Saved data entries
%%
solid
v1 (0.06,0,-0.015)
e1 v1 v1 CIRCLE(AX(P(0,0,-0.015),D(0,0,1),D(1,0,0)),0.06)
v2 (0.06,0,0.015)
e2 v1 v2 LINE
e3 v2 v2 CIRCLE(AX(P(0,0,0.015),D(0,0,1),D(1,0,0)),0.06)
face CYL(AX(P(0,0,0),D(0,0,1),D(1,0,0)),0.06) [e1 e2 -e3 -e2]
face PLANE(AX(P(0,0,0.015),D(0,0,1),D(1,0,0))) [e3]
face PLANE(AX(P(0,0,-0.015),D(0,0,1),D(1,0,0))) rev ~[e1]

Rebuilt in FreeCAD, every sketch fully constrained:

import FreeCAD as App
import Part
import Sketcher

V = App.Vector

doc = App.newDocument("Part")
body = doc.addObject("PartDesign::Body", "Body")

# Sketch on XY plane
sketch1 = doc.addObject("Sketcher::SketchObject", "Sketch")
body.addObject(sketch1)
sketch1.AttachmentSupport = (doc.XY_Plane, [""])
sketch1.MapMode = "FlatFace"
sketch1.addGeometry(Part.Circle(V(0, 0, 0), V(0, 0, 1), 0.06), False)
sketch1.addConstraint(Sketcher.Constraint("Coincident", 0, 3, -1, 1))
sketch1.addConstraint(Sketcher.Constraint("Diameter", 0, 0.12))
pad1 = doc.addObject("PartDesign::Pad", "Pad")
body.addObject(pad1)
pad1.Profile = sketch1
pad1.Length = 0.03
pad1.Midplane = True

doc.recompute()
%%
▸ Task description:
Among the records above, extract exactly the lines from the line with "v1 (0.06,0,-0.015)" to the line with "face CYL(AX(P(0,0,0),D(0,0,1),D(1,0,0)),0.06) [e1", both lines included, and leave out the rest.

▸ Answer box:
v1 (0.06,0,-0.015)
e1 v1 v1 CIRCLE(AX(P(0,0,-0.015),D(0,0,1),D(1,0,0)),0.06)
v2 (0.06,0,0.015)
e2 v1 v2 LINE
e3 v2 v2 CIRCLE(AX(P(0,0,0.015),D(0,0,1),D(1,0,0)),0.06)
face CYL(AX(P(0,0,0),D(0,0,1),D(1,0,0)),0.06) [e1 e2 -e3 -e2]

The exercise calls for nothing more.